- _Collected data entries_:
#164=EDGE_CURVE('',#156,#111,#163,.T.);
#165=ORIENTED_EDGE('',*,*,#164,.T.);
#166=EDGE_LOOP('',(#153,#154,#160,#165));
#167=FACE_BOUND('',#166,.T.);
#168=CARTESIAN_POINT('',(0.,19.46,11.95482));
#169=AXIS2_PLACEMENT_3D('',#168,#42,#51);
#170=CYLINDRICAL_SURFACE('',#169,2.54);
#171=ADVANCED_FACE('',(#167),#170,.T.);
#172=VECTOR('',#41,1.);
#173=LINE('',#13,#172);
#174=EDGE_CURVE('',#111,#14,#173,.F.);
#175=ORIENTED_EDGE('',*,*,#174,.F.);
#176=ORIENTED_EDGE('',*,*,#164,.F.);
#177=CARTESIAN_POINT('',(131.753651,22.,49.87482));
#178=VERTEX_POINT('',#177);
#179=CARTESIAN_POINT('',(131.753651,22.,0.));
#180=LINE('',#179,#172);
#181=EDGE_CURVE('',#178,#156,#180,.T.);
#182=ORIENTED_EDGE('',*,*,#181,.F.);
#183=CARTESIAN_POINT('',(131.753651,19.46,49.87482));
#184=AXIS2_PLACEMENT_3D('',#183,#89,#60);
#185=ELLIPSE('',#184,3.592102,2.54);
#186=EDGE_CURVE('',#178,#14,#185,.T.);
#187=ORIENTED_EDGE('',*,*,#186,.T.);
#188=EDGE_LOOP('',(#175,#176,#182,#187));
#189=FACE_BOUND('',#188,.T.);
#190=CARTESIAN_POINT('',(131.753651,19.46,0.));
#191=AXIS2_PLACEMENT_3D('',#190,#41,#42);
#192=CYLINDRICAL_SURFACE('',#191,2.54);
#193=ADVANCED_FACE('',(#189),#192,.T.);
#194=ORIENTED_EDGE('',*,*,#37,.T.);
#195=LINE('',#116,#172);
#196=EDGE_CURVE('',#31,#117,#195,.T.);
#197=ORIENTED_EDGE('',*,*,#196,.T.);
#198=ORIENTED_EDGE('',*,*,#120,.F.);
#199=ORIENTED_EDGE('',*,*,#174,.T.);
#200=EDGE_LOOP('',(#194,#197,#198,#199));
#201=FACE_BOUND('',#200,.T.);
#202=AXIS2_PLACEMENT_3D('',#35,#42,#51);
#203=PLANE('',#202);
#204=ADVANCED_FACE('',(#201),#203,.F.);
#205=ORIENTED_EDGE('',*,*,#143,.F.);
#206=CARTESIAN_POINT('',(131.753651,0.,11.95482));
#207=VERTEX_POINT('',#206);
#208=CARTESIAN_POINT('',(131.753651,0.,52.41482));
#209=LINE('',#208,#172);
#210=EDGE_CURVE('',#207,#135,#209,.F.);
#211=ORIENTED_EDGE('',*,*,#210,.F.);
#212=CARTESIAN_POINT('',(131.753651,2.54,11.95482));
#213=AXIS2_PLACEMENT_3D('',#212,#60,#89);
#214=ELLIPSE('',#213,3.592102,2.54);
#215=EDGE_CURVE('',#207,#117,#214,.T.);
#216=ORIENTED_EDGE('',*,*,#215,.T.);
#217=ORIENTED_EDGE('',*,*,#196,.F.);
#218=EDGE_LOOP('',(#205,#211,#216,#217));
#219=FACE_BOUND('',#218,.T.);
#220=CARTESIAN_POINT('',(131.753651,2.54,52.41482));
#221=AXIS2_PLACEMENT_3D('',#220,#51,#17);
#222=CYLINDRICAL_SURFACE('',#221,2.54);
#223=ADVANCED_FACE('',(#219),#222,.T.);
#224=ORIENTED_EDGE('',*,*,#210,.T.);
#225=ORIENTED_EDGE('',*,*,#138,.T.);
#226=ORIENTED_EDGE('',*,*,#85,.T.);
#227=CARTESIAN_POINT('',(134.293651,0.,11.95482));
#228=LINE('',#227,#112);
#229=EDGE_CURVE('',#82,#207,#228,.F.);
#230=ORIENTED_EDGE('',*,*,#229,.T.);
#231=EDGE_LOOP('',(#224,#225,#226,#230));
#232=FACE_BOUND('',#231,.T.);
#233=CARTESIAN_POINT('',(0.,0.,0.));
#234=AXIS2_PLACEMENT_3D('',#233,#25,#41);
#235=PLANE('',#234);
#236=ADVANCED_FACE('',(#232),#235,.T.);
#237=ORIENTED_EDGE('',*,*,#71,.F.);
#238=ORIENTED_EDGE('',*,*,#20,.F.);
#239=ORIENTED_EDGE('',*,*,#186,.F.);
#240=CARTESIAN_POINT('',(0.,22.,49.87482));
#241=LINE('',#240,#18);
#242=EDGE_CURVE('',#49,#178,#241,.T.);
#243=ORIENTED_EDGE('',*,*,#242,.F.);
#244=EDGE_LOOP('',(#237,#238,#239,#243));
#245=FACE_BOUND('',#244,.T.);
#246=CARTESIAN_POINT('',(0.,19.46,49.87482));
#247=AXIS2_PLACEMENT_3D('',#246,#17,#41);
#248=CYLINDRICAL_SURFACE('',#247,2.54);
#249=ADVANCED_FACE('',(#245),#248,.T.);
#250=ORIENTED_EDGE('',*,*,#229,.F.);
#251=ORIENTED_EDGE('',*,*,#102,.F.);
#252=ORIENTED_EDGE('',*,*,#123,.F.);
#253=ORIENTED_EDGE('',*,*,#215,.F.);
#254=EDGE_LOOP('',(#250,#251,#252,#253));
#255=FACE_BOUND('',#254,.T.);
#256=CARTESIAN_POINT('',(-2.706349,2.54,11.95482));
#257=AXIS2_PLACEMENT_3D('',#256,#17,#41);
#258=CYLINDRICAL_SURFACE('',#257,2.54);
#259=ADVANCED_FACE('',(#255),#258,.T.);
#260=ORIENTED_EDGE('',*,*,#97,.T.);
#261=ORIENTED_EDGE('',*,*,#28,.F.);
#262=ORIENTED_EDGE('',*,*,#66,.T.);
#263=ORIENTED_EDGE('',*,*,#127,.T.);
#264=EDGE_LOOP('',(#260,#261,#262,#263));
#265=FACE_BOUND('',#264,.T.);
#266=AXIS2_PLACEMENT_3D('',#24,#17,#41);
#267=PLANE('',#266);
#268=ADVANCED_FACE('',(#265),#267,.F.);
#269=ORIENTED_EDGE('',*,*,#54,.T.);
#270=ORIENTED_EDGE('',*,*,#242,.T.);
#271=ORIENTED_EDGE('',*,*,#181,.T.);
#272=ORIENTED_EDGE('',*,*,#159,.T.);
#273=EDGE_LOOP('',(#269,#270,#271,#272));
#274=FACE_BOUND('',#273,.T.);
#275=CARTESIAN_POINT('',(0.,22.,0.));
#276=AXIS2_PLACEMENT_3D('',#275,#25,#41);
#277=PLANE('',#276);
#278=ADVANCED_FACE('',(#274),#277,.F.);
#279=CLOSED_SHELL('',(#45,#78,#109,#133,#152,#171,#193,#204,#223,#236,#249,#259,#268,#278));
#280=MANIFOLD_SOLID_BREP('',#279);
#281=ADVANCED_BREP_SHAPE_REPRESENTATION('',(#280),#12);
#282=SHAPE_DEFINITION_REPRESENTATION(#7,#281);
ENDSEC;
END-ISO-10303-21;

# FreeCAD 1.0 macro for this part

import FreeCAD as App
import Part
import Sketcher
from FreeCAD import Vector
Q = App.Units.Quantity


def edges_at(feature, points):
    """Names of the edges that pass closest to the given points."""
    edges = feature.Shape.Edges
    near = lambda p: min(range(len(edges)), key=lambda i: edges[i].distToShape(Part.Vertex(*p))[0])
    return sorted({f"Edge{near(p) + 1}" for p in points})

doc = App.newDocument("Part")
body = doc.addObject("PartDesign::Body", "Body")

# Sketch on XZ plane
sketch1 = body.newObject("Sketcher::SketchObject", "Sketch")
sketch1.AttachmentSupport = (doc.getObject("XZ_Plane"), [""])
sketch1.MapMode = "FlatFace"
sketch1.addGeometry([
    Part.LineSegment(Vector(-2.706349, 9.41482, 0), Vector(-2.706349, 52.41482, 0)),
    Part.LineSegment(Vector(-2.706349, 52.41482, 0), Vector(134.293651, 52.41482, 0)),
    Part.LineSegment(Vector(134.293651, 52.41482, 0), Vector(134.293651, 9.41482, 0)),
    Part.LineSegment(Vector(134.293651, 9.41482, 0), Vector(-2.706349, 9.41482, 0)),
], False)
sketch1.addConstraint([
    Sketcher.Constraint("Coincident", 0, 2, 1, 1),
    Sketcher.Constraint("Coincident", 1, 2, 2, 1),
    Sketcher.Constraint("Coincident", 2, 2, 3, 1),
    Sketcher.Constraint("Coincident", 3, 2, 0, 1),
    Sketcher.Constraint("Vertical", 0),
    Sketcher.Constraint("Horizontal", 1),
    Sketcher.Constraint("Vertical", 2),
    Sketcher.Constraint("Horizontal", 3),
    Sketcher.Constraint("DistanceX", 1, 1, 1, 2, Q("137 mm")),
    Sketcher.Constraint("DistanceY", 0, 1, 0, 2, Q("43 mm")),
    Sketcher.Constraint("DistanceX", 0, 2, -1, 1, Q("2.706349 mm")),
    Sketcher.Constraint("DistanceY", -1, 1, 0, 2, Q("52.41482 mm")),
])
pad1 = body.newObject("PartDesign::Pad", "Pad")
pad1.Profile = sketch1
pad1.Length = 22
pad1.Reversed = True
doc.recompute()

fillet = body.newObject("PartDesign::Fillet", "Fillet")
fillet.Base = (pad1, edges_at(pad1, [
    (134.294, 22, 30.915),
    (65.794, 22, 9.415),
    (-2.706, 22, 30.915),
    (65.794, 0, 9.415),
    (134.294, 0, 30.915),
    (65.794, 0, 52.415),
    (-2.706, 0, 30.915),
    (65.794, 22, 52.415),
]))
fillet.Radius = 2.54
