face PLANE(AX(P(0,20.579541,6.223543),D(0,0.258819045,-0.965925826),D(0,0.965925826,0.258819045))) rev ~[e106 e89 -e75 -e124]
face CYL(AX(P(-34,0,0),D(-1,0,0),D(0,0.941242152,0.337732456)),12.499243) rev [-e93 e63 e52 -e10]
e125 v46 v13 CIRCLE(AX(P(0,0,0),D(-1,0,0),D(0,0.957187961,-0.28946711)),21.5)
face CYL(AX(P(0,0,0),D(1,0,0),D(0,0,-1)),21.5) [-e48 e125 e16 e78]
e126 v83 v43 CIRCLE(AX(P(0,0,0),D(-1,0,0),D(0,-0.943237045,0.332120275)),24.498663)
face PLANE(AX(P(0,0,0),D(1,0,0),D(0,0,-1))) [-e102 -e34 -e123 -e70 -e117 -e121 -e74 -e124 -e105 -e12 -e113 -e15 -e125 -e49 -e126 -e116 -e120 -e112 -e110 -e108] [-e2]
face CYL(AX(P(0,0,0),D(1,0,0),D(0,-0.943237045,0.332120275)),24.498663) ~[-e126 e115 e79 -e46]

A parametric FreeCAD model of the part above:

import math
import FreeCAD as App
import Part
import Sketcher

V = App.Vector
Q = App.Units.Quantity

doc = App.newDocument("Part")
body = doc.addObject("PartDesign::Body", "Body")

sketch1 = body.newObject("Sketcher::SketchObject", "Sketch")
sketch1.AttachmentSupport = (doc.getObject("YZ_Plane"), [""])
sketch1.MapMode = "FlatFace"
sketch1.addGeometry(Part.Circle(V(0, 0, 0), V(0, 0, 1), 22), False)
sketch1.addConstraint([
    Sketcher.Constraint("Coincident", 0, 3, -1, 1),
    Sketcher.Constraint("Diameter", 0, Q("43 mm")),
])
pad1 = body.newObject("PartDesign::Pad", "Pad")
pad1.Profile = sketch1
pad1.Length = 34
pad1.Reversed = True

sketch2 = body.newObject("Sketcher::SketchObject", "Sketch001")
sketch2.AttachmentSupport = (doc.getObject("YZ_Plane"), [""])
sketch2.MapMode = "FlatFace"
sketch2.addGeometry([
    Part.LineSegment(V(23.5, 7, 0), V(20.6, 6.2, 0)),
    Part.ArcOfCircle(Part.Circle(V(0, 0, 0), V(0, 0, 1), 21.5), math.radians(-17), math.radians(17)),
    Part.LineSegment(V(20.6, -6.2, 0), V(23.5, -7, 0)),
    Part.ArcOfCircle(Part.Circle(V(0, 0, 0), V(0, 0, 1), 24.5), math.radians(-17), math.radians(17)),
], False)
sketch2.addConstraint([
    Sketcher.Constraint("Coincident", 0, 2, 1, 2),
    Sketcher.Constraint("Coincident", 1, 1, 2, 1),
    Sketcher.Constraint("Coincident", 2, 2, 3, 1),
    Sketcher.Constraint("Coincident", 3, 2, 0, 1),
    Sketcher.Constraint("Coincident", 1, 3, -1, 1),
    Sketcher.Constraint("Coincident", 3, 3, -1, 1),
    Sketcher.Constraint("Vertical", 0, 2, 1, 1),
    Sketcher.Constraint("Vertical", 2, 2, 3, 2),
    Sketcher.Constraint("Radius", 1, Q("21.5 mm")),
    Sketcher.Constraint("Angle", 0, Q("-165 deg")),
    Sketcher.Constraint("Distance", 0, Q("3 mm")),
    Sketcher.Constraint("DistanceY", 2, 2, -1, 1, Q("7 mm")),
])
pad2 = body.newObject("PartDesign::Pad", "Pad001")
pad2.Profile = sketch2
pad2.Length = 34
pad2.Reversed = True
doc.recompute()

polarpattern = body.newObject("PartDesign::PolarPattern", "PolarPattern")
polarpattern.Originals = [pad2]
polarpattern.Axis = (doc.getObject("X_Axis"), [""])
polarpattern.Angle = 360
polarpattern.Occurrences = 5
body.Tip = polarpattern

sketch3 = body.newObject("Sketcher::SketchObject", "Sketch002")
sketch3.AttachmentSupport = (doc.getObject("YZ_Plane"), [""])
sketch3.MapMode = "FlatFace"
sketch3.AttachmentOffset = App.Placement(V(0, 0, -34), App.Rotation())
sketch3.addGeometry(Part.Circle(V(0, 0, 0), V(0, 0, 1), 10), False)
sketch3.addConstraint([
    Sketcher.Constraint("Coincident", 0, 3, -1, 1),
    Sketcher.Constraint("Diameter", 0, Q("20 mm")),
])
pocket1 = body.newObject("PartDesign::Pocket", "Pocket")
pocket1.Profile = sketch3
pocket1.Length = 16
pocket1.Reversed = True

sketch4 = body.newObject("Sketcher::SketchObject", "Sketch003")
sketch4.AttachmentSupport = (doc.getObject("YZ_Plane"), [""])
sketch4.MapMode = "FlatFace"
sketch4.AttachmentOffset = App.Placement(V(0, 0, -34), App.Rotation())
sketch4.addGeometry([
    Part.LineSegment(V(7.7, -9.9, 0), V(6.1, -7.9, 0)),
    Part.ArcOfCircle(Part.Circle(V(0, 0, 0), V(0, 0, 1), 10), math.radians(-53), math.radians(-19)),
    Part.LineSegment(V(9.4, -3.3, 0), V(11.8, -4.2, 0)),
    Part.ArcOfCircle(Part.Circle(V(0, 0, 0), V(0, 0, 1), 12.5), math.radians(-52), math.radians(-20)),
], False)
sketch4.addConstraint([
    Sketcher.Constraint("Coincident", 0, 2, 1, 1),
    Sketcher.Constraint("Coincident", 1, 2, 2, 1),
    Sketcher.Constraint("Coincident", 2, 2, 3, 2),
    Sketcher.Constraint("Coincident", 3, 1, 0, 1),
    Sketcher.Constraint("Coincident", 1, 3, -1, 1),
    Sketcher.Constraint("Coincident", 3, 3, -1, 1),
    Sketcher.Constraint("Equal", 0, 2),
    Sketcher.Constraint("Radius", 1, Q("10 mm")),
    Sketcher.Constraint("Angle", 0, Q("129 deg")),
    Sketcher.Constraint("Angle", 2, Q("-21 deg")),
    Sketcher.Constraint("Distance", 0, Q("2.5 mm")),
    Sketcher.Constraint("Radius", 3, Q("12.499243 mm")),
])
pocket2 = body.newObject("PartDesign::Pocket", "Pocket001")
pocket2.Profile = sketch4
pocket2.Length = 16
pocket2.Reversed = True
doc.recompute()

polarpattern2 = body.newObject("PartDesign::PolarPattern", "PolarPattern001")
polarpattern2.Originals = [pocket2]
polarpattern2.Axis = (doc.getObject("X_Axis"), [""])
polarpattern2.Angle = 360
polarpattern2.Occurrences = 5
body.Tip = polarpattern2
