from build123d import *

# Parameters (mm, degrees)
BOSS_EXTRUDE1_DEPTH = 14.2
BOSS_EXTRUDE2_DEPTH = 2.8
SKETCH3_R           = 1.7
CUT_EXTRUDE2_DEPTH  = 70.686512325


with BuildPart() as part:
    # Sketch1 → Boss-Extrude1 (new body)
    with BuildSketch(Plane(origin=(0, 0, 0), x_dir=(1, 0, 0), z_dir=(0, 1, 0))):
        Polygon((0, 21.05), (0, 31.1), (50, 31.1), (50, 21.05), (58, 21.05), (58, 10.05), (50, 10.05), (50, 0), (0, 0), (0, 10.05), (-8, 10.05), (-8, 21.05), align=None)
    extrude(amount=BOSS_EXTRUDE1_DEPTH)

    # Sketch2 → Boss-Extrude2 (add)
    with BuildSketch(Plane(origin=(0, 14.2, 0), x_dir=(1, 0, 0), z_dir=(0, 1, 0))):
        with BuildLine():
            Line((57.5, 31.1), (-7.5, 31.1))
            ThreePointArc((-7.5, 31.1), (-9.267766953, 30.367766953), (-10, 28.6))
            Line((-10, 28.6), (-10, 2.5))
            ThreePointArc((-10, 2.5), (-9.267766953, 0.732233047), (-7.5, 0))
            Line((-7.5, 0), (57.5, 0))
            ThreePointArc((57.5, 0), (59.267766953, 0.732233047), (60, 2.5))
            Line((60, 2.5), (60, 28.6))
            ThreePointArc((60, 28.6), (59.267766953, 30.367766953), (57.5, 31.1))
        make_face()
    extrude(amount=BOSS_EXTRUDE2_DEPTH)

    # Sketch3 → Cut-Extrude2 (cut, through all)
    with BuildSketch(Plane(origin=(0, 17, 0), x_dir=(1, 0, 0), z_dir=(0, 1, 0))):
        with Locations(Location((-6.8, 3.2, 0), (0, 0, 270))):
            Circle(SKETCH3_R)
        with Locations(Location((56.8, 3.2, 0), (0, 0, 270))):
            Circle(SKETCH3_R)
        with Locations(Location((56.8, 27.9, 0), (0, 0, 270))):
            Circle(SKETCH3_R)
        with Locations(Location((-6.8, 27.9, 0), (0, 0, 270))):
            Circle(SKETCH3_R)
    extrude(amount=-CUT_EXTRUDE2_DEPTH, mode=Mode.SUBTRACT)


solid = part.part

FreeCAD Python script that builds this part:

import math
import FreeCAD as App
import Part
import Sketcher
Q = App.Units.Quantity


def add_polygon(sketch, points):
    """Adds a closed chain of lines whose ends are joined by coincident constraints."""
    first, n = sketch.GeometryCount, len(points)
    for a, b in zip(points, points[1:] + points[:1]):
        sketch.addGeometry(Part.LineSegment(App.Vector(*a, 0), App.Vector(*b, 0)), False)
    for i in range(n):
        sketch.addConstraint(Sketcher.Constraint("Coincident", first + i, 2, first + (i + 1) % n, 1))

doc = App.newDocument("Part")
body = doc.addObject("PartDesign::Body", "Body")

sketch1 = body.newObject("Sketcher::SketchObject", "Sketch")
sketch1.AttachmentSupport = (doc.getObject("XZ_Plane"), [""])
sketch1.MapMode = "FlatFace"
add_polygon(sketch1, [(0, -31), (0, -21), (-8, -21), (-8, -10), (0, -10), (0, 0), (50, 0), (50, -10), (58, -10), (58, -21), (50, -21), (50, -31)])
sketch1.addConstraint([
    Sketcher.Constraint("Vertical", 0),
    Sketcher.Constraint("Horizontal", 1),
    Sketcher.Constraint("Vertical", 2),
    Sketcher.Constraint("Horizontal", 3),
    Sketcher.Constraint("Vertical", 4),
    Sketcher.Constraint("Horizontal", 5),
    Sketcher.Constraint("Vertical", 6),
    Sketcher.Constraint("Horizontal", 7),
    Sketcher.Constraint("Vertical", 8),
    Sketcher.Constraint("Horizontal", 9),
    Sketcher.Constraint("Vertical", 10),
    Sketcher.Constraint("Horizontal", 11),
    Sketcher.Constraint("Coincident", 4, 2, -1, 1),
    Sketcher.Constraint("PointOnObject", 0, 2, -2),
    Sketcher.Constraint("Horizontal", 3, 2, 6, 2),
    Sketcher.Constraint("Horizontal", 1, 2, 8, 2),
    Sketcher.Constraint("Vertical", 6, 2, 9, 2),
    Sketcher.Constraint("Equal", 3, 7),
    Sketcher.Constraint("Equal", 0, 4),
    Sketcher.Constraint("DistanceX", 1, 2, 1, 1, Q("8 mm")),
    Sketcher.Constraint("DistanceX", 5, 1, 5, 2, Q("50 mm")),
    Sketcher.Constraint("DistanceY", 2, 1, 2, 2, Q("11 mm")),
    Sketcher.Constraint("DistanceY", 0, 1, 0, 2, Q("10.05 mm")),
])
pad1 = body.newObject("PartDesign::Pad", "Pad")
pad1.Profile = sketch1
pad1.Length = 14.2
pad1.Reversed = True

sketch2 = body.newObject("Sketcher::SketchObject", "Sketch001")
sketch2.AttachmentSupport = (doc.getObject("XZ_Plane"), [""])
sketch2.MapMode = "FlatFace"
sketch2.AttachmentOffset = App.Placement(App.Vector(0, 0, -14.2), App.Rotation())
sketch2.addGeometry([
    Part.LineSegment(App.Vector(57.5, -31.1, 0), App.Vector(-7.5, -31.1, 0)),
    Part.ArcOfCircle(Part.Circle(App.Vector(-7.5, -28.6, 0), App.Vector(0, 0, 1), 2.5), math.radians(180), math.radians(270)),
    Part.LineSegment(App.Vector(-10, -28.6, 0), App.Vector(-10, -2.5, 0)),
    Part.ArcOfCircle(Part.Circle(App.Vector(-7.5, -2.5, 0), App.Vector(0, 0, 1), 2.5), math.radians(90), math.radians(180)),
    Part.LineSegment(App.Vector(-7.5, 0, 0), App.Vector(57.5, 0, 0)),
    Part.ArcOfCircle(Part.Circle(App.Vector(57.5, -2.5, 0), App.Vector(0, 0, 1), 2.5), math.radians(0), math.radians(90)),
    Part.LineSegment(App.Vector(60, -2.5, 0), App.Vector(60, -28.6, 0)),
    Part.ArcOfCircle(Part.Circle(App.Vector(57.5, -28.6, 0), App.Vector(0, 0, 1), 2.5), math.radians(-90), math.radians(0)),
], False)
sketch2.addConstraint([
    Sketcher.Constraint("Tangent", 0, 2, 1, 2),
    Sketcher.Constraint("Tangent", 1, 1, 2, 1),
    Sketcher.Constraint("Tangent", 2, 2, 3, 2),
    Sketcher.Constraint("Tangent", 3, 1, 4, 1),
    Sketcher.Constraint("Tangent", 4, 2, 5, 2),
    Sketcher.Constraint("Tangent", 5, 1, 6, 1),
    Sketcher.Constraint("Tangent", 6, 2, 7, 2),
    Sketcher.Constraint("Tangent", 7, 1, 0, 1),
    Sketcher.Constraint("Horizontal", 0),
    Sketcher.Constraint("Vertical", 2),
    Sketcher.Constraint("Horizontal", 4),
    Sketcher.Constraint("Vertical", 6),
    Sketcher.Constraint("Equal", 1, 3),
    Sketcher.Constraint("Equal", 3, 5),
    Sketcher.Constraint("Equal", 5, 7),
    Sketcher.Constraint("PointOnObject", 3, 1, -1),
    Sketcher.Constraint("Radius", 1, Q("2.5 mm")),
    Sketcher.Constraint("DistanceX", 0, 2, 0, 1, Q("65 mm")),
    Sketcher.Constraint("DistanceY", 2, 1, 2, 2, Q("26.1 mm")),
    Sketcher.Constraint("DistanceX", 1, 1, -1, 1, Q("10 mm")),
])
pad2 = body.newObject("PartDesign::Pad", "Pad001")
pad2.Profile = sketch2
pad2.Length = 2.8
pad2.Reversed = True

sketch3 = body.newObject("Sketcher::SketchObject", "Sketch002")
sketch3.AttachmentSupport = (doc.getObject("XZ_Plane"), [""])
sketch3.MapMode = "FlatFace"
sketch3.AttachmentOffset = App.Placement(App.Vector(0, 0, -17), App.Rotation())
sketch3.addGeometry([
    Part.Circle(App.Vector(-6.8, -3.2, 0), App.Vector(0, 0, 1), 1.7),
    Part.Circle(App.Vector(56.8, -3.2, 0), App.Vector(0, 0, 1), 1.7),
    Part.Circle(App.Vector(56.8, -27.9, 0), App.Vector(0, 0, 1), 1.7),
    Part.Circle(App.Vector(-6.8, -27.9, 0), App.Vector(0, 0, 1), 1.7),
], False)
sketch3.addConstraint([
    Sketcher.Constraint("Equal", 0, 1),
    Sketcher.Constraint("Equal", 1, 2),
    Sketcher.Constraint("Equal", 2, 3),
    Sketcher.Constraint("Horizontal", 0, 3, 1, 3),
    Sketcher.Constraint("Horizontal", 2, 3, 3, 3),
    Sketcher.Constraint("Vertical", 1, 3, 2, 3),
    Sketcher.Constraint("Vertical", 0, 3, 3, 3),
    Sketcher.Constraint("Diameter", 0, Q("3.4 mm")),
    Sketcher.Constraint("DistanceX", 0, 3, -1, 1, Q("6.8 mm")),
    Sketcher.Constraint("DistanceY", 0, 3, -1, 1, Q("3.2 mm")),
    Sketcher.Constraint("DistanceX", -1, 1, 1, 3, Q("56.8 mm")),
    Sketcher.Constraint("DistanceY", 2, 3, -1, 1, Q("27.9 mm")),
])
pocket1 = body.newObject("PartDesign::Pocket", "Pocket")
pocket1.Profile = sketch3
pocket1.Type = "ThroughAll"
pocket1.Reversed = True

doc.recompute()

- _TASK DESCRIPTION_: Produce only the lines from the line containing "#205=ORIENTED_EDGE('',*,*,#143,.F.);" through the line containing "#219=FACE_BOUND('',#218,.T.);", inclusive of both, exactly as they stand in the entries above.

- _RESULT OF THIS TASK_:
#205=ORIENTED_EDGE('',*,*,#143,.F.);
#206=CARTESIAN_POINT('',(131.753651,0.,11.95482));
#207=VERTEX_POINT('',#206);
#208=CARTESIAN_POINT('',(131.753651,0.,52.41482));
#209=LINE('',#208,#172);
#210=EDGE_CURVE('',#207,#135,#209,.F.);
#211=ORIENTED_EDGE('',*,*,#210,.F.);
#212=CARTESIAN_POINT('',(131.753651,2.54,11.95482));
#213=AXIS2_PLACEMENT_3D('',#212,#60,#89);
#214=ELLIPSE('',#213,3.592102,2.54);
#215=EDGE_CURVE('',#207,#117,#214,.T.);
#216=ORIENTED_EDGE('',*,*,#215,.T.);
#217=ORIENTED_EDGE('',*,*,#196,.F.);
#218=EDGE_LOOP('',(#205,#211,#216,#217));
#219=FACE_BOUND('',#218,.T.);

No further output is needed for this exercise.